### Assignment
Going down the data below, set down exactly the line with "e47 v34 v34" and each line after it through the line with "face PLANE(AX(P(0,10,0),D(0,-1,0),D(0,0,-1))) rev [-e42"; no other lines.

### Records supplied
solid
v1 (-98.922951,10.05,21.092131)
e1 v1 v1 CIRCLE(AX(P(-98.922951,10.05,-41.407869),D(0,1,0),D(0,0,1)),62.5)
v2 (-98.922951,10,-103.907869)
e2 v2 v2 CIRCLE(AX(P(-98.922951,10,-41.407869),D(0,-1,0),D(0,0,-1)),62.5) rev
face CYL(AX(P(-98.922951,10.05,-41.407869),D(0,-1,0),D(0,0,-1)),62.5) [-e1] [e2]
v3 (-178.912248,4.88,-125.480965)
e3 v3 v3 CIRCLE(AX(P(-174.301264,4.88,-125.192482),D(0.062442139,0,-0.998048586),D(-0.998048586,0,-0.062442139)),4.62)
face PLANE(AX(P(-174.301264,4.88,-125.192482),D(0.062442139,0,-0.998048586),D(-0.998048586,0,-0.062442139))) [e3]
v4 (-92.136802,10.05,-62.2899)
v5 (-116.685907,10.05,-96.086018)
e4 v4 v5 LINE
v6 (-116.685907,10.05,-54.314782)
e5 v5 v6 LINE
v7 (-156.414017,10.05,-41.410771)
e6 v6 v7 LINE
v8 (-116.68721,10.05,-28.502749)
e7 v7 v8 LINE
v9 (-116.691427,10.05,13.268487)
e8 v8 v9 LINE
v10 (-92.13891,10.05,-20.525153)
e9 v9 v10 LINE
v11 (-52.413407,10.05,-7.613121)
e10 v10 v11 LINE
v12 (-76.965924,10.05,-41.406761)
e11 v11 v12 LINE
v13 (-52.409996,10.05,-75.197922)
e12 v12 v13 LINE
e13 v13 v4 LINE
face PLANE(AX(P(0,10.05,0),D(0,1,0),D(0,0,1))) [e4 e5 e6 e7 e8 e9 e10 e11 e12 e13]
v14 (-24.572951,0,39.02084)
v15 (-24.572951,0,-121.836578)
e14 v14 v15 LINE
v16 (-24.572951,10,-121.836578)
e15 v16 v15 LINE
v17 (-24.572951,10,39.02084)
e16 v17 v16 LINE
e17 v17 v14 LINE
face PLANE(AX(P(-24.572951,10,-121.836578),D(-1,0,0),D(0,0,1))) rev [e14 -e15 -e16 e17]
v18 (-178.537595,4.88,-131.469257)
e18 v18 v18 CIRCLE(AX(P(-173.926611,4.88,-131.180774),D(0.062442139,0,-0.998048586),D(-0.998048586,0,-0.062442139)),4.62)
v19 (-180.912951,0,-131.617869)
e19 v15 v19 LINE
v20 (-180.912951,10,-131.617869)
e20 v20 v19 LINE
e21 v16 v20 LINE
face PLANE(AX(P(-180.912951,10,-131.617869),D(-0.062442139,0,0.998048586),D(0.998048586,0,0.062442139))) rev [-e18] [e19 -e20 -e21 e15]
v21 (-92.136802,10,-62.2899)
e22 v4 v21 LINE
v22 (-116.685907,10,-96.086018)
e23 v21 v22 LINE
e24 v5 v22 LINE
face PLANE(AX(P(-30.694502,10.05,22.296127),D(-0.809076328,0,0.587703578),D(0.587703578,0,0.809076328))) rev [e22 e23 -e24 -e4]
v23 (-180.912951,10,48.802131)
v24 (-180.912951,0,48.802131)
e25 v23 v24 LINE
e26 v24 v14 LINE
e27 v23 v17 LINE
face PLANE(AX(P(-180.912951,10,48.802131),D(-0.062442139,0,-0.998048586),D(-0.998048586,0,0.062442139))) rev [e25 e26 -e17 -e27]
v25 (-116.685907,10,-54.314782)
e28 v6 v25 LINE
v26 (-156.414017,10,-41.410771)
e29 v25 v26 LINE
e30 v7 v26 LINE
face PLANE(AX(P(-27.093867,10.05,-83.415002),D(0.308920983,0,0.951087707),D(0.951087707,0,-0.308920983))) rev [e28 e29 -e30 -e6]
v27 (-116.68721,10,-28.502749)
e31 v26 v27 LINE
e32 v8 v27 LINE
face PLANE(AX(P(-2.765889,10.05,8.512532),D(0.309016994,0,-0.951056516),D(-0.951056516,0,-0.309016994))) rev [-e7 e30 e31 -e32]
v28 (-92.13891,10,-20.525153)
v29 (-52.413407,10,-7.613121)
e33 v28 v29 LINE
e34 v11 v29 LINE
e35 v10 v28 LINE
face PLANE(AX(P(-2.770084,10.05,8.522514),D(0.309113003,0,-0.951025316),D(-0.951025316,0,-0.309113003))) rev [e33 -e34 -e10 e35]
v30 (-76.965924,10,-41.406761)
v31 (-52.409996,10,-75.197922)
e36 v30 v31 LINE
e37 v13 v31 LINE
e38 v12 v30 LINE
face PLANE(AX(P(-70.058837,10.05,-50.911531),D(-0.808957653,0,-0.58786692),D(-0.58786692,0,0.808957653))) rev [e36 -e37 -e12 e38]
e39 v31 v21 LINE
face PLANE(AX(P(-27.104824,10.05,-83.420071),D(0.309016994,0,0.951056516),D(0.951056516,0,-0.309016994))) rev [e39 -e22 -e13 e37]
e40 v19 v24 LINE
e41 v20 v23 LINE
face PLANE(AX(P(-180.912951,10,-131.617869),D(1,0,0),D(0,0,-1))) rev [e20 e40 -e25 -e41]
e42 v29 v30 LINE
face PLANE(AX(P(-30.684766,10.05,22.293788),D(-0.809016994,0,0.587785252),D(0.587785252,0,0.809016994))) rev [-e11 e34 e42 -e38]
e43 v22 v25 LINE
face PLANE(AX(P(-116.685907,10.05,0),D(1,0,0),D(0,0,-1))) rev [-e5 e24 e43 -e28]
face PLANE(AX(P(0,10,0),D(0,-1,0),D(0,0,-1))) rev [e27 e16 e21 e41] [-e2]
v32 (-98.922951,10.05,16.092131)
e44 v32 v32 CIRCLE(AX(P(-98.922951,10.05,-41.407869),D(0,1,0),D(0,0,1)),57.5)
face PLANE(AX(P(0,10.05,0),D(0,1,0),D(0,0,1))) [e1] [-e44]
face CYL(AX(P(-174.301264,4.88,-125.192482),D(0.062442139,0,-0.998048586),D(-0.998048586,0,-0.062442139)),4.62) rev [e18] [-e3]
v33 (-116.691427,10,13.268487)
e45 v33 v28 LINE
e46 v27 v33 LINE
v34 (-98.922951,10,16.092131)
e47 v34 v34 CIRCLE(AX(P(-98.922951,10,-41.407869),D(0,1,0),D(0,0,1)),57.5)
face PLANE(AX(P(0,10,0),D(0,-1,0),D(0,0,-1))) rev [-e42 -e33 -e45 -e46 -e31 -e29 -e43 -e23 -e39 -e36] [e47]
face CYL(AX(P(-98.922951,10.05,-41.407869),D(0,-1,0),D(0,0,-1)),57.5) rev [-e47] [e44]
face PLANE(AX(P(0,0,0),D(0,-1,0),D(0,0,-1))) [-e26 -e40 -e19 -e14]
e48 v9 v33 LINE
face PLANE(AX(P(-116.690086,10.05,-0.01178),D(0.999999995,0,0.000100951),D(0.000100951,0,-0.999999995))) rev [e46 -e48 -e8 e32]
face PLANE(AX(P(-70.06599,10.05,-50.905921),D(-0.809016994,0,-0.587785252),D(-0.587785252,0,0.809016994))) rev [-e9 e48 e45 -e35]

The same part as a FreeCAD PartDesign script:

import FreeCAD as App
import Part
import Sketcher
from FreeCAD import Vector
Q = App.Units.Quantity

doc = App.newDocument("Part")
body = doc.addObject("PartDesign::Body", "Body")

sketch1 = body.newObject("Sketcher::SketchObject", "Sketch")
sketch1.AttachmentSupport = (doc.getObject("XZ_Plane"), [""])
sketch1.MapMode = "FlatFace"
sketch1.addGeometry(Part.LineSegment(Vector(-180.912951, -131.617869, 0), Vector(-180.912951, 48.802131, 0)), False)
sketch1.addGeometry(Part.LineSegment(Vector(-180.912951, 48.802131, 0), Vector(-24.572951, 39.02084, 0)), False)
sketch1.addGeometry(Part.LineSegment(Vector(-24.572951, 39.02084, 0), Vector(-24.572951, -121.836578, 0)), False)
sketch1.addGeometry(Part.LineSegment(Vector(-24.572951, -121.836578, 0), Vector(-180.912951, -131.617869, 0)), False)
sketch1.addConstraint(Sketcher.Constraint("Coincident", 0, 2, 1, 1))
sketch1.addConstraint(Sketcher.Constraint("Coincident", 1, 2, 2, 1))
sketch1.addConstraint(Sketcher.Constraint("Coincident", 2, 2, 3, 1))
sketch1.addConstraint(Sketcher.Constraint("Coincident", 3, 2, 0, 1))
sketch1.addConstraint(Sketcher.Constraint("Vertical", 0))
sketch1.addConstraint(Sketcher.Constraint("Vertical", 2))
sketch1.addConstraint(Sketcher.Constraint("Equal", 1, 3))
sketch1.addConstraint(Sketcher.Constraint("DistanceY", 0, 1, 0, 2, Q("180.42 mm")))
sketch1.addConstraint(Sketcher.Constraint("Angle", 1, Q("-3.58 deg")))
sketch1.addConstraint(Sketcher.Constraint("DistanceX", 0, 2, 1, 2, Q("156.34 mm")))
sketch1.addConstraint(Sketcher.Constraint("DistanceX", 0, 2, -1, 1, Q("180.912951 mm")))
sketch1.addConstraint(Sketcher.Constraint("DistanceY", -1, 1, 0, 2, Q("48.802131 mm")))
pad1 = body.newObject("PartDesign::Pad", "Pad")
pad1.Profile = sketch1
pad1.Length = 10
pad1.Reversed = True

sketch2 = body.newObject("Sketcher::SketchObject", "Sketch001")
sketch2.Placement = App.Placement(Vector(7.49708, 0, -119.830141), App.Rotation(Vector(-0.998048586, 0, -0.062442139), Vector(0, 1.000000001, 0), Vector(0.062442139, 0, -0.998048586), "ZXY"))
sketch2.addGeometry(Part.Circle(Vector(181.778416, 4.88, 0), Vector(0, 0, 1), 4.62), False)
sketch2.addConstraint(Sketcher.Constraint("Diameter", 0, Q("9.24 mm")))
sketch2.addConstraint(Sketcher.Constraint("DistanceY", -1, 1, 0, 3, Q("4.88 mm")))
sketch2.addConstraint(Sketcher.Constraint("DistanceX", -1, 1, 0, 3, Q("181.778416 mm")))
pocket1 = body.newObject("PartDesign::Pocket", "Pocket")
pocket1.Profile = sketch2
pocket1.Length = 6

sketch3 = body.newObject("Sketcher::SketchObject", "Sketch002")
sketch3.AttachmentSupport = (doc.getObject("XZ_Plane"), [""])
sketch3.MapMode = "FlatFace"
sketch3.AttachmentOffset = App.Placement(Vector(0, 0, -10), App.Rotation())
sketch3.addGeometry(Part.Circle(Vector(-98.922951, -41.407869, 0), Vector(0, 0, 1), 62.5), False)
sketch3.addGeometry(Part.Circle(Vector(-98.922951, -41.407869, 0), Vector(0, 0, 1), 57.5), False)
sketch3.addGeometry(Part.LineSegment(Vector(-76.965924, -41.406761, 0), Vector(-52.409996, -75.197922, 0)), False)
sketch3.addGeometry(Part.LineSegment(Vector(-52.409996, -75.197922, 0), Vector(-92.136802, -62.2899, 0)), False)
sketch3.addGeometry(Part.LineSegment(Vector(-92.136802, -62.2899, 0), Vector(-116.685907, -96.086018, 0)), False)
sketch3.addGeometry(Part.LineSegment(Vector(-116.685907, -96.086018, 0), Vector(-116.685907, -54.314782, 0)), False)
sketch3.addGeometry(Part.LineSegment(Vector(-116.685907, -54.314782, 0), Vector(-156.414017, -41.410771, 0)), False)
sketch3.addGeometry(Part.LineSegment(Vector(-156.414017, -41.410771, 0), Vector(-116.68721, -28.502749, 0)), False)
sketch3.addGeometry(Part.LineSegment(Vector(-116.68721, -28.502749, 0), Vector(-116.691427, 13.268487, 0)), False)
sketch3.addGeometry(Part.LineSegment(Vector(-116.691427, 13.268487, 0), Vector(-92.13891, -20.525153, 0)), False)
sketch3.addGeometry(Part.LineSegment(Vector(-92.13891, -20.525153, 0), Vector(-52.413407, -7.613121, 0)), False)
sketch3.addGeometry(Part.LineSegment(Vector(-52.413407, -7.613121, 0), Vector(-76.965924, -41.406761, 0)), False)
sketch3.addConstraint(Sketcher.Constraint("Coincident", 2, 2, 3, 1))
sketch3.addConstraint(Sketcher.Constraint("Coincident", 3, 2, 4, 1))
sketch3.addConstraint(Sketcher.Constraint("Coincident", 4, 2, 5, 1))
sketch3.addConstraint(Sketcher.Constraint("Coincident", 5, 2, 6, 1))
sketch3.addConstraint(Sketcher.Constraint("Coincident", 6, 2, 7, 1))
sketch3.addConstraint(Sketcher.Constraint("Coincident", 7, 2, 8, 1))
sketch3.addConstraint(Sketcher.Constraint("Coincident", 8, 2, 9, 1))
sketch3.addConstraint(Sketcher.Constraint("Coincident", 9, 2, 10, 1))
sketch3.addConstraint(Sketcher.Constraint("Coincident", 10, 2, 11, 1))
sketch3.addConstraint(Sketcher.Constraint("Coincident", 11, 2, 2, 1))
sketch3.addConstraint(Sketcher.Constraint("Vertical", 5))
sketch3.addConstraint(Sketcher.Constraint("Coincident", 1, 3, 0, 3))
sketch3.addConstraint(Sketcher.Constraint("Equal", 2, 3))
sketch3.addConstraint(Sketcher.Constraint("Equal", 3, 4))
sketch3.addConstraint(Sketcher.Constraint("Equal", 4, 6))
sketch3.addConstraint(Sketcher.Constraint("Equal", 6, 7))
sketch3.addConstraint(Sketcher.Constraint("Equal", 7, 8))
sketch3.addConstraint(Sketcher.Constraint("Equal", 8, 9))
sketch3.addConstraint(Sketcher.Constraint("Equal", 9, 10))
sketch3.addConstraint(Sketcher.Constraint("Equal", 10, 11))
sketch3.addConstraint(Sketcher.Constraint("Diameter", 0, Q("125 mm")))
sketch3.addConstraint(Sketcher.Constraint("Diameter", 1, Q("115 mm")))
sketch3.addConstraint(Sketcher.Constraint("Angle", 3, Q("162 deg")))
sketch3.addConstraint(Sketcher.Constraint("Angle", 7, Q("18 deg")))
sketch3.addConstraint(Sketcher.Constraint("Angle", 9, Q("-54 deg")))
sketch3.addConstraint(Sketcher.Constraint("Angle", 11, Q("-126 deg")))
sketch3.addConstraint(Sketcher.Constraint("DistanceY", 3, 2, -1, 1, Q("62.2899 mm")))
sketch3.addConstraint(Sketcher.Constraint("DistanceY", 6, 2, 0, 3, Q("0.002902 mm")))
sketch3.addConstraint(Sketcher.Constraint("DistanceX", 7, 2, 9, 2, Q("24.5483 mm")))
sketch3.addConstraint(Sketcher.Constraint("DistanceY", 5, 1, 5, 2, Q("41.771236 mm")))
sketch3.addConstraint(Sketcher.Constraint("DistanceX", 0, 3, -1, 1, Q("98.922951 mm")))
sketch3.addConstraint(Sketcher.Constraint("DistanceY", 0, 3, -1, 1, Q("41.407869 mm")))
sketch3.addConstraint(Sketcher.Constraint("DistanceY", 2, 2, -1, 1, Q("75.197922 mm")))
sketch3.addConstraint(Sketcher.Constraint("DistanceY", 4, 2, -1, 1, Q("96.086018 mm")))
sketch3.addConstraint(Sketcher.Constraint("DistanceX", 7, 2, -1, 1, Q("116.68721 mm")))
pad2 = body.newObject("PartDesign::Pad", "Pad001")
pad2.Profile = sketch3
pad2.Length = 0.05
pad2.Reversed = True

doc.recompute()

### Output
e47 v34 v34 CIRCLE(AX(P(-98.922951,10,-41.407869),D(0,1,0),D(0,0,1)),57.5)
face PLANE(AX(P(0,10,0),D(0,-1,0),D(0,0,-1))) rev [-e42 -e33 -e45 -e46 -e31 -e29 -e43 -e23 -e39 -e36] [e47]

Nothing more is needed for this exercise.